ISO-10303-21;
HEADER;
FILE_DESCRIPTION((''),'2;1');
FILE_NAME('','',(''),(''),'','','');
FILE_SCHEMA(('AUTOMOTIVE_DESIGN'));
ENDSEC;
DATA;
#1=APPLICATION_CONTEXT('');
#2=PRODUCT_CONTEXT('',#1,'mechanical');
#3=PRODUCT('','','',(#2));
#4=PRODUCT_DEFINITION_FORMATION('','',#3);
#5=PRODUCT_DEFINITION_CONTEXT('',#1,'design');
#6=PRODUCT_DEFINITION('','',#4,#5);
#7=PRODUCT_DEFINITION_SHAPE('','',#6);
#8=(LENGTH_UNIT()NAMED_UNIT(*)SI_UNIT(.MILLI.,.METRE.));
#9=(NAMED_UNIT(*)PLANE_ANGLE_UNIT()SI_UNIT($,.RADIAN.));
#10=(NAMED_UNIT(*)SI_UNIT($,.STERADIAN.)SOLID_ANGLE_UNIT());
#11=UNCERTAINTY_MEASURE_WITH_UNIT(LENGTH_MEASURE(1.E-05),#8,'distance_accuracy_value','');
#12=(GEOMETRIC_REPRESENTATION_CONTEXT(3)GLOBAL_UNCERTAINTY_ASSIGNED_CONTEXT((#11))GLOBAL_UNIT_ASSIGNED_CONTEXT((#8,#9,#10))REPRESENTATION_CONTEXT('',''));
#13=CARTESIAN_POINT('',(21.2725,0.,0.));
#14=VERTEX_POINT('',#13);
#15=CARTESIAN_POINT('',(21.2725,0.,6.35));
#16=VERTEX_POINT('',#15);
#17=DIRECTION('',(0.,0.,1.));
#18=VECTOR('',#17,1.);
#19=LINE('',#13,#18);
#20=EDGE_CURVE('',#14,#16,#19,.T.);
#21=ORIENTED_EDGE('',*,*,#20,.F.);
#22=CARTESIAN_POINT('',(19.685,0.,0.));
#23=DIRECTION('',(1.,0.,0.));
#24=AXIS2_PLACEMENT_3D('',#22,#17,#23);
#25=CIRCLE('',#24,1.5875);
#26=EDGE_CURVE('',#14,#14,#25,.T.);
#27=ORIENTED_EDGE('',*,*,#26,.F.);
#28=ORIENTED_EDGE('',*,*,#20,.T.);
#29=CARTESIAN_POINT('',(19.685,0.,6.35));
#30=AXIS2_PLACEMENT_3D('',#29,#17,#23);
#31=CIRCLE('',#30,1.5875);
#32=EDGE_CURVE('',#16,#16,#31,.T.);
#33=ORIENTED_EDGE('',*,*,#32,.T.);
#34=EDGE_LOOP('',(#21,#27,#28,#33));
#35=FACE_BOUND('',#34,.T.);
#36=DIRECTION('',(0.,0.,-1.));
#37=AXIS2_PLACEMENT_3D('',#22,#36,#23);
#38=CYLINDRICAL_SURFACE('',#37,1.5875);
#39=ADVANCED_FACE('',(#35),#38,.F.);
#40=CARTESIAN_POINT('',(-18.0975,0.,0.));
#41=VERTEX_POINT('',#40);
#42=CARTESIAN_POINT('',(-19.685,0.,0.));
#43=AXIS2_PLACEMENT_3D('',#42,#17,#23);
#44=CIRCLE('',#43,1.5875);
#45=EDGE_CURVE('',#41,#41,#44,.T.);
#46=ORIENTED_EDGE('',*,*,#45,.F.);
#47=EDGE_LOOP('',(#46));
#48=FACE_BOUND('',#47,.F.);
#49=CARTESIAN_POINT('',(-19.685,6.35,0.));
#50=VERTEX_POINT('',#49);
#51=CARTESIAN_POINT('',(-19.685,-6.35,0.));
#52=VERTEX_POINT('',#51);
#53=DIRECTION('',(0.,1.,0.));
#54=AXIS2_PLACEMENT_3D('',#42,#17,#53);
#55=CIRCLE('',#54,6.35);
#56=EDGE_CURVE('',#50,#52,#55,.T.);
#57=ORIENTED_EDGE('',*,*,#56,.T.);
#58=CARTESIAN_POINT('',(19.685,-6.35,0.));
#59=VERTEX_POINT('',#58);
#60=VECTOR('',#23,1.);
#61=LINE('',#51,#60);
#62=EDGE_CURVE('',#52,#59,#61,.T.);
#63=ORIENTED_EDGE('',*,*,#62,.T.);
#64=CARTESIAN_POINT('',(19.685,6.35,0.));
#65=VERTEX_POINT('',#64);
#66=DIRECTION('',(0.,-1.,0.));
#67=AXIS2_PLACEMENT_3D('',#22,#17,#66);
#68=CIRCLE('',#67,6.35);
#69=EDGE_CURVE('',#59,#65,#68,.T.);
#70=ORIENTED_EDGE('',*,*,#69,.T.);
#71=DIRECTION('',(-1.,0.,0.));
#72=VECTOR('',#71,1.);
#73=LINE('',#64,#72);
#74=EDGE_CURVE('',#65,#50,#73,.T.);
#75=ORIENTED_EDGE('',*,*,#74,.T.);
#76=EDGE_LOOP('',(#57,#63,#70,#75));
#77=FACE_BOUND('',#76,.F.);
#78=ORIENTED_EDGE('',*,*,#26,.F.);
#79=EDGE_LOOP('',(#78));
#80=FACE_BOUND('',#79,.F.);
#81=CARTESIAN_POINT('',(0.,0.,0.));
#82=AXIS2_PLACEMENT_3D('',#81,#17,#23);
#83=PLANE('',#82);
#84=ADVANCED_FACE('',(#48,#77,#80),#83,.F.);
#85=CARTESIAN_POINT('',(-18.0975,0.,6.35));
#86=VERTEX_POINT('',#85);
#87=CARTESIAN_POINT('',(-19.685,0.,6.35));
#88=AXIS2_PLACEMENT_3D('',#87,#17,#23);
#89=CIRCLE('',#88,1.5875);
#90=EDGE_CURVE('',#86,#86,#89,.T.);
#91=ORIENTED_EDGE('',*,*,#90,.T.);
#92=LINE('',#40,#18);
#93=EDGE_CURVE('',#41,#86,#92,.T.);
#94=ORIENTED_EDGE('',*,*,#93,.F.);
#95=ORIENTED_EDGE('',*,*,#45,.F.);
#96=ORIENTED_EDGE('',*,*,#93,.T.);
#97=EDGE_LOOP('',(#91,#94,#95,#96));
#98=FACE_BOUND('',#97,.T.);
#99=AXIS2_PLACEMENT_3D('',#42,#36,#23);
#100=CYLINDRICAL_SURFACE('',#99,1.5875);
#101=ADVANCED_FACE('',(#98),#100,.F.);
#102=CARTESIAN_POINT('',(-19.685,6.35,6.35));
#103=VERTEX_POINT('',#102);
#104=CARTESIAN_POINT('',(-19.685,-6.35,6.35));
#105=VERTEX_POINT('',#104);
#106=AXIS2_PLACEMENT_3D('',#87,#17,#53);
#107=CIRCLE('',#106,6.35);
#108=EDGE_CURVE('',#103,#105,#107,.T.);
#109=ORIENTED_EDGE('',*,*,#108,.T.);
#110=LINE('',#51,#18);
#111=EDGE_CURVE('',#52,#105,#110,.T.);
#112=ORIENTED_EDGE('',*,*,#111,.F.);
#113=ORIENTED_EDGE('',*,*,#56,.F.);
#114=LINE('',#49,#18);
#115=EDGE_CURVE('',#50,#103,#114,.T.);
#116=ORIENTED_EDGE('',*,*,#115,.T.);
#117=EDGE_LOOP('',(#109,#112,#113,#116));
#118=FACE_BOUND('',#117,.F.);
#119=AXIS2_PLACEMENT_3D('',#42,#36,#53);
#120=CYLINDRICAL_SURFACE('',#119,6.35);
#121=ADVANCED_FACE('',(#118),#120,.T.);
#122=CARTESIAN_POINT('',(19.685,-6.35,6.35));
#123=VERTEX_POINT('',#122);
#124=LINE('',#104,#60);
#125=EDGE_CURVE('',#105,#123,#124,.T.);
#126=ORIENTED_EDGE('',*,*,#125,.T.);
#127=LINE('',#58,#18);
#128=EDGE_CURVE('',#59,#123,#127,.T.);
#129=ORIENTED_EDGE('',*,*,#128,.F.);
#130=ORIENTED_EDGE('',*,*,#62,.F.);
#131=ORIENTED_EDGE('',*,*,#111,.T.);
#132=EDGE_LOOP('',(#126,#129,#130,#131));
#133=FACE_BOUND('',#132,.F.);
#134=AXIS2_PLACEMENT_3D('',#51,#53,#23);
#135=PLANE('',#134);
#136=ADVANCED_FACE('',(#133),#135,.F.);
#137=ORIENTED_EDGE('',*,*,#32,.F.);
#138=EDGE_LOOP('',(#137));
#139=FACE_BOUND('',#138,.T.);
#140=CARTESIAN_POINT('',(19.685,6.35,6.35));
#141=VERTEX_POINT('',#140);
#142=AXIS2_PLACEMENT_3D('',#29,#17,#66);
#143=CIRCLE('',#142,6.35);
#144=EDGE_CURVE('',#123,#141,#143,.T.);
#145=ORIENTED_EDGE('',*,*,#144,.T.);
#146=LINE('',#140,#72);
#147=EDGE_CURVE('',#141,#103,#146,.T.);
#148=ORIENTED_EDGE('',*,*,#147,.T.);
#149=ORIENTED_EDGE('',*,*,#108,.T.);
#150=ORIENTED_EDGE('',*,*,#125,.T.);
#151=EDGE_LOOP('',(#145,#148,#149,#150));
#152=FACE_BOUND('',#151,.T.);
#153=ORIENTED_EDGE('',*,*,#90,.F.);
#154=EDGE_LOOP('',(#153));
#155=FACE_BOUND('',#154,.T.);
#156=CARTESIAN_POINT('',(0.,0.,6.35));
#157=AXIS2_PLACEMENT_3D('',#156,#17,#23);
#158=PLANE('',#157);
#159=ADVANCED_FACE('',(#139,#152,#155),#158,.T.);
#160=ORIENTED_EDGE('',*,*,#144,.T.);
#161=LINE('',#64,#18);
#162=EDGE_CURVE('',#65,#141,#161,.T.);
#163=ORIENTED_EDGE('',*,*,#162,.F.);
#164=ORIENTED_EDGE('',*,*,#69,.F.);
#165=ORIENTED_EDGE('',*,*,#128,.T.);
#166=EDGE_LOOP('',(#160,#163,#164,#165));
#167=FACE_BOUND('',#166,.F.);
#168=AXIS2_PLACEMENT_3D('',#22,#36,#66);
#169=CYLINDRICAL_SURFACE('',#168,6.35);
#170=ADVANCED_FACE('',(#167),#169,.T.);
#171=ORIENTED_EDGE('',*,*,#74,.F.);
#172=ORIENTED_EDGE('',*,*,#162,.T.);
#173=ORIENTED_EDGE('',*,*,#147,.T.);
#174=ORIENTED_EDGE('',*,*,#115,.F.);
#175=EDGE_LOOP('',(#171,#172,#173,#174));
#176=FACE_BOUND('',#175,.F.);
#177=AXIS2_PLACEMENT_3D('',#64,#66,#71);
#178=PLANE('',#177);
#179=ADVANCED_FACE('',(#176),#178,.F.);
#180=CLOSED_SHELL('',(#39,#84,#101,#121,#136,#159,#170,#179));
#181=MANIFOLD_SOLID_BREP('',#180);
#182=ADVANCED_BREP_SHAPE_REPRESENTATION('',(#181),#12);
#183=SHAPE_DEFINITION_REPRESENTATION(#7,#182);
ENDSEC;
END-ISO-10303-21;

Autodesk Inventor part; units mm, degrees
ref_plane "YZ Plane" through (0, 0, 0) normal (1, 0, 0) x (0, 1, 0)
ref_plane "XZ Plane" through (0, 0, 0) normal (0, 1, 0) x (-1, 0, 0)
ref_plane "XY Plane" through (0, 0, 0) normal (0, 0, 1) x (1, 0, 0)
sketch "Sketch1" plane through (0, 0, 0) normal (0, 0, 1) x (1, 0, 0)
  line L0 (19.685, 0) -> (-19.685, 0) construction
  line L1 (19.685, 6.35) -> (-19.685, 6.35)
  line L2 (-19.685, -6.35) -> (19.685, -6.35)
  arc A0 (19.685, -6.35) -> (19.685, 6.35) centre (19.685, 0) ccw
  arc A1 (-19.685, 6.35) -> (-19.685, -6.35) centre (-19.685, 0) ccw
  circle A2 centre (-19.685, 0) radius 1.5875
  circle A3 centre (19.685, 0) radius 1.5875
  point P0 (0, 0)
  dimension "d0" = 6.35
  dimension "d1" = 3.175
  dimension "d2" = 3.175
  dimension "d3" = 39.37
extrude "Extrusion1" add sketch "Sketch1" along normal blind 6.35
properties part number "bunny tendon"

——————

▶ **WORK ORDER**: From the records above, copy only the lines starting with the line that holds "#117=EDGE_LOOP('',(#109,#112,#113,#116));" and going on through the line that holds "#124=LINE('',#104,#60);", exactly as written.

▶ **SOLUTION**:
#117=EDGE_LOOP('',(#109,#112,#113,#116));
#118=FACE_BOUND('',#117,.F.);
#119=AXIS2_PLACEMENT_3D('',#42,#36,#53);
#120=CYLINDRICAL_SURFACE('',#119,6.35);
#121=ADVANCED_FACE('',(#118),#120,.T.);
#122=CARTESIAN_POINT('',(19.685,-6.35,6.35));
#123=VERTEX_POINT('',#122);
#124=LINE('',#104,#60);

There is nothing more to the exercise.